Deep Video Dehazing with Semantic Segmentation

IEEE Trans Image Process. 2018 Oct 15. doi: 10.1109/TIP.2018.2876178. Online ahead of print.

Abstract

Recent research have shown the potential of using convolutional neural networks (CNNs) to accomplish single image dehazing. In this work, we take one step further to explore the possibility of exploiting a network to perform haze removal for videos. Unlike single image dehazing, video based approaches can take advantage of the abundant information that exists across neighboring frames. In this work, assuming that a scene point yields highly correlated transmission values between adjacent video frames, we develop a deep learning solution for video dehazing, where a CNN is trained end-to-end to learn how to accumulate information across frames for transmission estimation.
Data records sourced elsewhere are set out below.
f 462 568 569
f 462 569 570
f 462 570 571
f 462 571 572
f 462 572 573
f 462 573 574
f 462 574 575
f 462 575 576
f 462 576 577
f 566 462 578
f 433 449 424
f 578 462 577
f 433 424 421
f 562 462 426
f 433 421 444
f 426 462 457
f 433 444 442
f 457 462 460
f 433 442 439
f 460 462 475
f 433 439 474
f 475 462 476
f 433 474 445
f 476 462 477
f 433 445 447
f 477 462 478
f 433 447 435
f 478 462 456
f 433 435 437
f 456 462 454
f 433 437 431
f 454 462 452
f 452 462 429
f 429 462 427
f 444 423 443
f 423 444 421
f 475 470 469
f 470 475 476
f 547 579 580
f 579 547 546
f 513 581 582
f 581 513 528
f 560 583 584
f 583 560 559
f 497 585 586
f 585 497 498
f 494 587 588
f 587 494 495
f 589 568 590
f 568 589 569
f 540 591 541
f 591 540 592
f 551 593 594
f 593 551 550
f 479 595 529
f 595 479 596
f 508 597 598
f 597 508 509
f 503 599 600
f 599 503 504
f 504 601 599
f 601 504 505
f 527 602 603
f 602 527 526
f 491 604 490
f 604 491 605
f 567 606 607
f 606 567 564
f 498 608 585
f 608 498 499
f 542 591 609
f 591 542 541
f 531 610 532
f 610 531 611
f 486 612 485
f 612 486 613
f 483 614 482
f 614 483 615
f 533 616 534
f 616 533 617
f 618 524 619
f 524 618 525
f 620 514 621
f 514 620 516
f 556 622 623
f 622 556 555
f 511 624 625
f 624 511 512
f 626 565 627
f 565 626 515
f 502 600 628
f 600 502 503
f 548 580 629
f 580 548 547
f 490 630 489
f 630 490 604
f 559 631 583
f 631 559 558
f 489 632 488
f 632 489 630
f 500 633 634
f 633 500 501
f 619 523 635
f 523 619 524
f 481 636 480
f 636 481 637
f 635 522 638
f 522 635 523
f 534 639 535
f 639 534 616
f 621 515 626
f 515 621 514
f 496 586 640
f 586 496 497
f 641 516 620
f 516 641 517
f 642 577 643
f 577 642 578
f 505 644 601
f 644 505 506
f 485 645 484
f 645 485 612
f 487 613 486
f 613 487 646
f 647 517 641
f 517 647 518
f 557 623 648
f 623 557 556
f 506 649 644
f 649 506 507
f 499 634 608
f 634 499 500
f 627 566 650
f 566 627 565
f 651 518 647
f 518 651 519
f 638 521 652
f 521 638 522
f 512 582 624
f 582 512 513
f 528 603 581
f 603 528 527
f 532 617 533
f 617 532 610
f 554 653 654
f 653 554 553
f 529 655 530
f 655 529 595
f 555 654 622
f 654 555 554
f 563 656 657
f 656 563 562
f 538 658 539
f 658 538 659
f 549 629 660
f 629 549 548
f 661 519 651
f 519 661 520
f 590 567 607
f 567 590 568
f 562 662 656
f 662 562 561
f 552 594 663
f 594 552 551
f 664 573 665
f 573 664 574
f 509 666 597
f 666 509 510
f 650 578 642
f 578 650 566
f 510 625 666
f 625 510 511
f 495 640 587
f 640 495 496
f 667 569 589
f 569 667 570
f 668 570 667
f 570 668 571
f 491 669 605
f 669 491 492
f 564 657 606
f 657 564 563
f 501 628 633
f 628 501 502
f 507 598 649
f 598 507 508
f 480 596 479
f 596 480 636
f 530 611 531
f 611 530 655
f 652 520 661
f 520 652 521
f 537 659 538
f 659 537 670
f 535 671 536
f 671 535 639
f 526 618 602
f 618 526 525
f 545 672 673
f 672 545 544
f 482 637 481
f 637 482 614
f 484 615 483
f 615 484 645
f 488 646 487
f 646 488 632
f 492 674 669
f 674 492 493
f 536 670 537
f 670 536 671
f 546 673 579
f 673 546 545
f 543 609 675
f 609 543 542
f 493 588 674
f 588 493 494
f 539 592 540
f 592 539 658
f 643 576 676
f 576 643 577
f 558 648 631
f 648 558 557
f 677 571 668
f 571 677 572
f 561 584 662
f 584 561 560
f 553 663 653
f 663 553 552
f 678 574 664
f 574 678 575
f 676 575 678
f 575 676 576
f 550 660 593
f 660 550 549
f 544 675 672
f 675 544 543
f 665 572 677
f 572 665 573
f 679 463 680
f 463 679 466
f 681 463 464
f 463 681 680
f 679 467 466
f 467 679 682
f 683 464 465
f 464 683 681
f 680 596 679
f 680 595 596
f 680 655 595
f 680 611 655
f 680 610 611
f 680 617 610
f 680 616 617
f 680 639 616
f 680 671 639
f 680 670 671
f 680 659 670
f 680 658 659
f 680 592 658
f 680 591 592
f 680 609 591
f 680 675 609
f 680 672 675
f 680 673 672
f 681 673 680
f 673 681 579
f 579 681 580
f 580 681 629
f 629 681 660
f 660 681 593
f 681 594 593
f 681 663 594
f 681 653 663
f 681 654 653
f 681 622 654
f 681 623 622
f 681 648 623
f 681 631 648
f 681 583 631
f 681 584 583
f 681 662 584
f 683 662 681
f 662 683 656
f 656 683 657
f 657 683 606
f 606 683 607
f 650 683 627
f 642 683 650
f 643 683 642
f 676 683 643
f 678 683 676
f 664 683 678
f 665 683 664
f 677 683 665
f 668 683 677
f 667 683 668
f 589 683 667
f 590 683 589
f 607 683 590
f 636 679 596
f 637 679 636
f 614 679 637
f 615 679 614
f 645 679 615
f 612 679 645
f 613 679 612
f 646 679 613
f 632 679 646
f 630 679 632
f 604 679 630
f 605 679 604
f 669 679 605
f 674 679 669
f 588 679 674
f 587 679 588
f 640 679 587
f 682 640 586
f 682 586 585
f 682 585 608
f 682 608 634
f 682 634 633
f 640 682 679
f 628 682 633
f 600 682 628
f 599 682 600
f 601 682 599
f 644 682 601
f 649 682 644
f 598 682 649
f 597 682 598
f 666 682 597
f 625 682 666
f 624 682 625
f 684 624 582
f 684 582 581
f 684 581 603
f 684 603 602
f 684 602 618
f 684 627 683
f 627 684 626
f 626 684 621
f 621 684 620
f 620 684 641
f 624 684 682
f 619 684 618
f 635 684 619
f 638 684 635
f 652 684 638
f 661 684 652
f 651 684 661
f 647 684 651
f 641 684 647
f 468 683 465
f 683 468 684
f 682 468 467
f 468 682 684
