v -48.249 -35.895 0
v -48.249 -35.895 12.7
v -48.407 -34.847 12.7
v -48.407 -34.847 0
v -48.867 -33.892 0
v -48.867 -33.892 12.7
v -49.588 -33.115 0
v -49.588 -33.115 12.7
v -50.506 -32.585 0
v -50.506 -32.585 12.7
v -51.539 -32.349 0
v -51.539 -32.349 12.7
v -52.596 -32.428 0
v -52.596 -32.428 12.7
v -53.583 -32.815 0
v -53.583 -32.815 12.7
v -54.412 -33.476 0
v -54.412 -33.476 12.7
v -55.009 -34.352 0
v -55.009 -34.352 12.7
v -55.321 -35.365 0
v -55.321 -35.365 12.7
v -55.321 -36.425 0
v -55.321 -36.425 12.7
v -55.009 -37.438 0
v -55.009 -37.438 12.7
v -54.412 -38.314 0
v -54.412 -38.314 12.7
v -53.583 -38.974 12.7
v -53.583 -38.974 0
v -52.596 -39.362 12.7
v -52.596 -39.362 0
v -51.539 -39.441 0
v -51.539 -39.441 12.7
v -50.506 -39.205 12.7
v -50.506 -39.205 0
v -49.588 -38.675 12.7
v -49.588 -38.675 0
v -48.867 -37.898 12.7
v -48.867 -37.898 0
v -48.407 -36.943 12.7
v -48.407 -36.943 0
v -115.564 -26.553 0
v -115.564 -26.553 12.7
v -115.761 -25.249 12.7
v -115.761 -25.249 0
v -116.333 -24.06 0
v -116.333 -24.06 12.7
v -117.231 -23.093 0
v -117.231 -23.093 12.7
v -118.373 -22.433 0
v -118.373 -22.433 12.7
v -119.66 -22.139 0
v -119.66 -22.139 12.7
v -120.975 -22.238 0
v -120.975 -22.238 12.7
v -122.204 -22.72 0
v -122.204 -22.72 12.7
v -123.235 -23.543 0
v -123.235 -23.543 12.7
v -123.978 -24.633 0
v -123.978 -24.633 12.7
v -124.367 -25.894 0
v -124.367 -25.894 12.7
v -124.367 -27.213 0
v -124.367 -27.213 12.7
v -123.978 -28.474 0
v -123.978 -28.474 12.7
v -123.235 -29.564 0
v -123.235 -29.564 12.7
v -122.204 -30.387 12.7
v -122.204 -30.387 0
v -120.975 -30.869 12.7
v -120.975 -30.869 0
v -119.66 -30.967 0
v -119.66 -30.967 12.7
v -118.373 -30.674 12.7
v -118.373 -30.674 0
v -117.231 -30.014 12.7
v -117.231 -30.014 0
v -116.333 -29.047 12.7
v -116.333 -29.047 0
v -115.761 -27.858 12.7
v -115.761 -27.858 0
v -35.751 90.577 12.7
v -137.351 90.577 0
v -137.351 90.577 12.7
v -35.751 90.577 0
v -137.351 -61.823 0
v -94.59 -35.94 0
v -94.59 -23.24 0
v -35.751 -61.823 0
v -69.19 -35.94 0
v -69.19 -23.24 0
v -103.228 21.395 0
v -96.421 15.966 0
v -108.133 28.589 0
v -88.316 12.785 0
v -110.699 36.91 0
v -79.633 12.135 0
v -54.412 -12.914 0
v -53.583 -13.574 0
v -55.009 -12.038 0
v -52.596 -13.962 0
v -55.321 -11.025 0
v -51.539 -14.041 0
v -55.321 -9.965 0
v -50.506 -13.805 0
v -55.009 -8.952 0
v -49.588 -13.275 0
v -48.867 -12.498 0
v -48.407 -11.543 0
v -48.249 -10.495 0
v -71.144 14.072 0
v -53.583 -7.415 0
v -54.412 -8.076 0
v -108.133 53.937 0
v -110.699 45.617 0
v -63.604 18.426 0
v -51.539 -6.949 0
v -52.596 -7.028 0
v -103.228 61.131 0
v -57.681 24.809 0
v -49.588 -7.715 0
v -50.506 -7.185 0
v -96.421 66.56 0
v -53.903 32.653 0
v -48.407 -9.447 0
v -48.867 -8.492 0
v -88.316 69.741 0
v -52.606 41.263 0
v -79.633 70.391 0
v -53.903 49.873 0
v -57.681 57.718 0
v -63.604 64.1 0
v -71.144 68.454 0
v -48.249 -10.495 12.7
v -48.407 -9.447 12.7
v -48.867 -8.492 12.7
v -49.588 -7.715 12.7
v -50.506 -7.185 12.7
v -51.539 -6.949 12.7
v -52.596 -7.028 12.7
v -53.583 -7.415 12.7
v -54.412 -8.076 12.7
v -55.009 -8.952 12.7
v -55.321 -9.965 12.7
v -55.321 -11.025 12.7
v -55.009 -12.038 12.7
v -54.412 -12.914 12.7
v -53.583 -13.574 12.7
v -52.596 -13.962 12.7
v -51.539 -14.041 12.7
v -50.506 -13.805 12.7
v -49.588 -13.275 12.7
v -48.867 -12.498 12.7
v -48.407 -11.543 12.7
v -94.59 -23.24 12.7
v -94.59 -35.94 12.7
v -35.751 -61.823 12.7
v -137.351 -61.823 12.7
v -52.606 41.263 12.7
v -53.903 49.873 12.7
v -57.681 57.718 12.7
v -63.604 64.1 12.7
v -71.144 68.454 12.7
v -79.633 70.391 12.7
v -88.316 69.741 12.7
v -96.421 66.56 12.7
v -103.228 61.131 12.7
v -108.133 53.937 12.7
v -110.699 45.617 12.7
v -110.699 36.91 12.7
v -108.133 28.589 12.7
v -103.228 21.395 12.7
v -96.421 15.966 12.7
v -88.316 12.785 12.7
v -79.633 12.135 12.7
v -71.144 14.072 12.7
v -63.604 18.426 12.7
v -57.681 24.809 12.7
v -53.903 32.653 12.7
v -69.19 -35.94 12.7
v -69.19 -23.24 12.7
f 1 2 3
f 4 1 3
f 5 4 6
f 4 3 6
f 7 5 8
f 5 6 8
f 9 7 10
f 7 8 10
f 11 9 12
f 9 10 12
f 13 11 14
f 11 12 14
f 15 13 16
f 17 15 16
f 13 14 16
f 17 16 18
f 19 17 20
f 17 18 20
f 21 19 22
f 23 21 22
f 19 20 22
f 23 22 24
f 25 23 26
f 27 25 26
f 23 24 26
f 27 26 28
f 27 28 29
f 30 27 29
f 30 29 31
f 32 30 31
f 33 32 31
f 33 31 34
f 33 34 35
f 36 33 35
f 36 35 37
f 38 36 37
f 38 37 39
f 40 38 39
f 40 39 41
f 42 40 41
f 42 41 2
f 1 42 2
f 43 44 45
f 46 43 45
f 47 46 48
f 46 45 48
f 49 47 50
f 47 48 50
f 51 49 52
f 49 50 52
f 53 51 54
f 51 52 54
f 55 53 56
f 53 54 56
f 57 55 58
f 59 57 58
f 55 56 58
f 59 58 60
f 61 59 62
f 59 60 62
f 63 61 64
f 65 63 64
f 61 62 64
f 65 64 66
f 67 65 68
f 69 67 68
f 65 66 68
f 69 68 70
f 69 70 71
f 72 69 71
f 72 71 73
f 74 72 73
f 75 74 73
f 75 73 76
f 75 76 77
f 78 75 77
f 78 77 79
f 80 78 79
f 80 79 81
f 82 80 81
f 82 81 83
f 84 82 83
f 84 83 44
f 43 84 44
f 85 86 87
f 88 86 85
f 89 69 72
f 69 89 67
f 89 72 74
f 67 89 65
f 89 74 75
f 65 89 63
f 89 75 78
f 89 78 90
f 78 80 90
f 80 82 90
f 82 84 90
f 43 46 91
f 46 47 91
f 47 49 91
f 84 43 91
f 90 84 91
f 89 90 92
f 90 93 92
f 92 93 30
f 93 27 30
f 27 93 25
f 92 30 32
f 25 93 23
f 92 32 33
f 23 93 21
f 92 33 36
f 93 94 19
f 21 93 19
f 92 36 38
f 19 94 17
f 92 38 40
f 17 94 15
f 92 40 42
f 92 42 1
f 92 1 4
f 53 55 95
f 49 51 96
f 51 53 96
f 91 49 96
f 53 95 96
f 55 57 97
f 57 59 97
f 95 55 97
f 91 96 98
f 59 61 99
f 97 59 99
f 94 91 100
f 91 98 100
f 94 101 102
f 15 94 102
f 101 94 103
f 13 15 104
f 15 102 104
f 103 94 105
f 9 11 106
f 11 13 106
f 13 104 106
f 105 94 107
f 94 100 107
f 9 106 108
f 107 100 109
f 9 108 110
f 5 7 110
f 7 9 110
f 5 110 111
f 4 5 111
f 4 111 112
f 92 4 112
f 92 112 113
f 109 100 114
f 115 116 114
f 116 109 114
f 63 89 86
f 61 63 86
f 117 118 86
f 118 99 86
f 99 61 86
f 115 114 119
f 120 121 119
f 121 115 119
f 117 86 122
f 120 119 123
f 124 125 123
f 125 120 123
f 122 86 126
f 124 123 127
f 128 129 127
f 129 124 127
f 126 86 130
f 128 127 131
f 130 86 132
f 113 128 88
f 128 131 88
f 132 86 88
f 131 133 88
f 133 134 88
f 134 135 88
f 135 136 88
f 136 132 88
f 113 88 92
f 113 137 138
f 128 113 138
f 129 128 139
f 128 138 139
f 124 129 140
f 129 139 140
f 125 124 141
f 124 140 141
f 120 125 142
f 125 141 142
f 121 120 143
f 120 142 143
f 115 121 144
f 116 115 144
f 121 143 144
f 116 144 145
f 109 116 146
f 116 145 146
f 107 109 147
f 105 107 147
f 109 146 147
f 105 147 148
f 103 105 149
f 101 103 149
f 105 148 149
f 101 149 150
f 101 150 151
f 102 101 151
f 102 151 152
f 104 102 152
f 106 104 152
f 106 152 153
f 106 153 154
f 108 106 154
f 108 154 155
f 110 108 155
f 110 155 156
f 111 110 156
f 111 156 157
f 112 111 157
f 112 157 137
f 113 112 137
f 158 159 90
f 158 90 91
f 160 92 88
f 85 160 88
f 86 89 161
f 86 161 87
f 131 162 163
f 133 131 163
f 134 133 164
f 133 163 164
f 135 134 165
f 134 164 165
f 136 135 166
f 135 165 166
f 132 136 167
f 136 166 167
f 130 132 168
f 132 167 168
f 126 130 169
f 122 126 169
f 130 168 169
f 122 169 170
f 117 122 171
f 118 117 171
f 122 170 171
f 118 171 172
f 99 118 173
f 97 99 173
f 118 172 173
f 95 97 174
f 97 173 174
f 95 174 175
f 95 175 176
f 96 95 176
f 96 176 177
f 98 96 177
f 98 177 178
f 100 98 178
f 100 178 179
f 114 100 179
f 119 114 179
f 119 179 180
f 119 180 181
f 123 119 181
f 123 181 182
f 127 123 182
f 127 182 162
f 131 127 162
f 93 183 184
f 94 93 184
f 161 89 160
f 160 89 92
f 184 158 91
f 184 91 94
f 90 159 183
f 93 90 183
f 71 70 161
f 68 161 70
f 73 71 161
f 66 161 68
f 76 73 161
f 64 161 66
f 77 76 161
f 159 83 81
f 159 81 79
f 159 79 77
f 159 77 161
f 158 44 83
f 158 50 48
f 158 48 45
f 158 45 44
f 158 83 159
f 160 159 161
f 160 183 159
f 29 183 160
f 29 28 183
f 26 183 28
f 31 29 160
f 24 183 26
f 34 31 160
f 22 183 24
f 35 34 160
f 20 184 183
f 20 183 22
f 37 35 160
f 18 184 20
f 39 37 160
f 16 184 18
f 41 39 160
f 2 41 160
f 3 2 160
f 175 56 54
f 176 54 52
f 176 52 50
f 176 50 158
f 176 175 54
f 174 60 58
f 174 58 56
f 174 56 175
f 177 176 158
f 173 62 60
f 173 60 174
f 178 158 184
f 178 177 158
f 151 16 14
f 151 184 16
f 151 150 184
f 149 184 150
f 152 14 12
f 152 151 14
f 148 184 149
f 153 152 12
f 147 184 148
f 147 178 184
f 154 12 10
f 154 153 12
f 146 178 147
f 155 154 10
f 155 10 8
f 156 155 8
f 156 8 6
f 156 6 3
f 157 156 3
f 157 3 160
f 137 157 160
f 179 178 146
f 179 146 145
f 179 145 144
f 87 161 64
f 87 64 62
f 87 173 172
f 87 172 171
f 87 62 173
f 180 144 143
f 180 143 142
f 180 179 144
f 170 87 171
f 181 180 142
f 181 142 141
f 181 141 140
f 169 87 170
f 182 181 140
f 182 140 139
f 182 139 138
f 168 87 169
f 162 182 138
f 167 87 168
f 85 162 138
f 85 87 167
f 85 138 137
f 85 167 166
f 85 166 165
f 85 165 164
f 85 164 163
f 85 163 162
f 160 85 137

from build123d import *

# Parameters (mm, degrees)
F0_W        = 101.6
F0_H        = 152.4
F4_DEPTH    = 12.7
F1_R        = 29.21
F2_R        = 4.426371
F2_W        = 25.4
F2_H        = 12.7
F3_R        = 3.556
F5_DEPTH    = 25.4
F5_FACE_W   = 25.4
F5_FACE_H   = 12.7
F5_FACE_R   = 29.21
F5_FACE_R_2 = 3.556
F5_FACE_R_3 = 4.426371
F6_DEPTH    = 25.4


with BuildPart() as f4:
    # F0 (on Top) → F4 (new body)
    with BuildSketch(Plane.XY):
        with Locations((-86.551244, 14.376812)):
            Rectangle(F0_W, F0_H)
    extrude(amount=F4_DEPTH)

    # F1 (on Top) + F2 (on Top) + F3 (on Top) → F5 (join)
    with BuildSketch(Plane.XY):
        with Locations((-81.815682, 41.263096)):
            Circle(F1_R)
    with BuildSketch(Plane.XY):
        with Locations((-119.990457, -26.553331)):
            Circle(F2_R)
        with Locations((-81.890457, -29.590288)):
            Rectangle(F2_W, F2_H)
    with BuildSketch(Plane.XY):
        with Locations((-51.804963, -10.494831)):
            Circle(F3_R)
        with Locations((-51.804963, -35.894831)):
            Circle(F3_R)
    extrude(amount=F5_DEPTH)

    # F5_face (on face) → F6 (cut)
    with BuildSketch(Plane(origin=(-81.890457, -29.590288, 25.4), x_dir=(1, 0, 0), z_dir=(0, 0, 1))):
        Rectangle(F5_FACE_W, F5_FACE_H)
        with Locations((0.074775, 70.853384)):
            Circle(F5_FACE_R)
        with Locations((30.085494, 19.095457)):
            Circle(F5_FACE_R_2)
        with Locations((30.085494, -6.304543)):
            Circle(F5_FACE_R_2)
        with Locations((-38.1, 3.036957)):
            Circle(F5_FACE_R_3)
    extrude(amount=-F6_DEPTH, mode=Mode.SUBTRACT)


solid = f4.part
The estimated transmission map is subsequently used to recover a haze-free frame via atmospheric scattering model. In addition, as the semantic information of a scene provides a strong prior for image restoration, we propose to incorporate global semantic priors as input to regularize the transmission maps so that the estimated maps can be smooth in the regions of the same object and only discontinuous across the boundaries of different objects. To train this network, we generate a dataset consisted of synthetic hazy and haze-free videos for supervision based on the NYU depth dataset. We show that the features learned from this dataset are capable of removing haze that arises in outdoor scenes in a wide range of videos. Extensive experiments demonstrate that the proposed algorithm performs favorably against the state-of-the-art methods on both synthetic and real-world videos.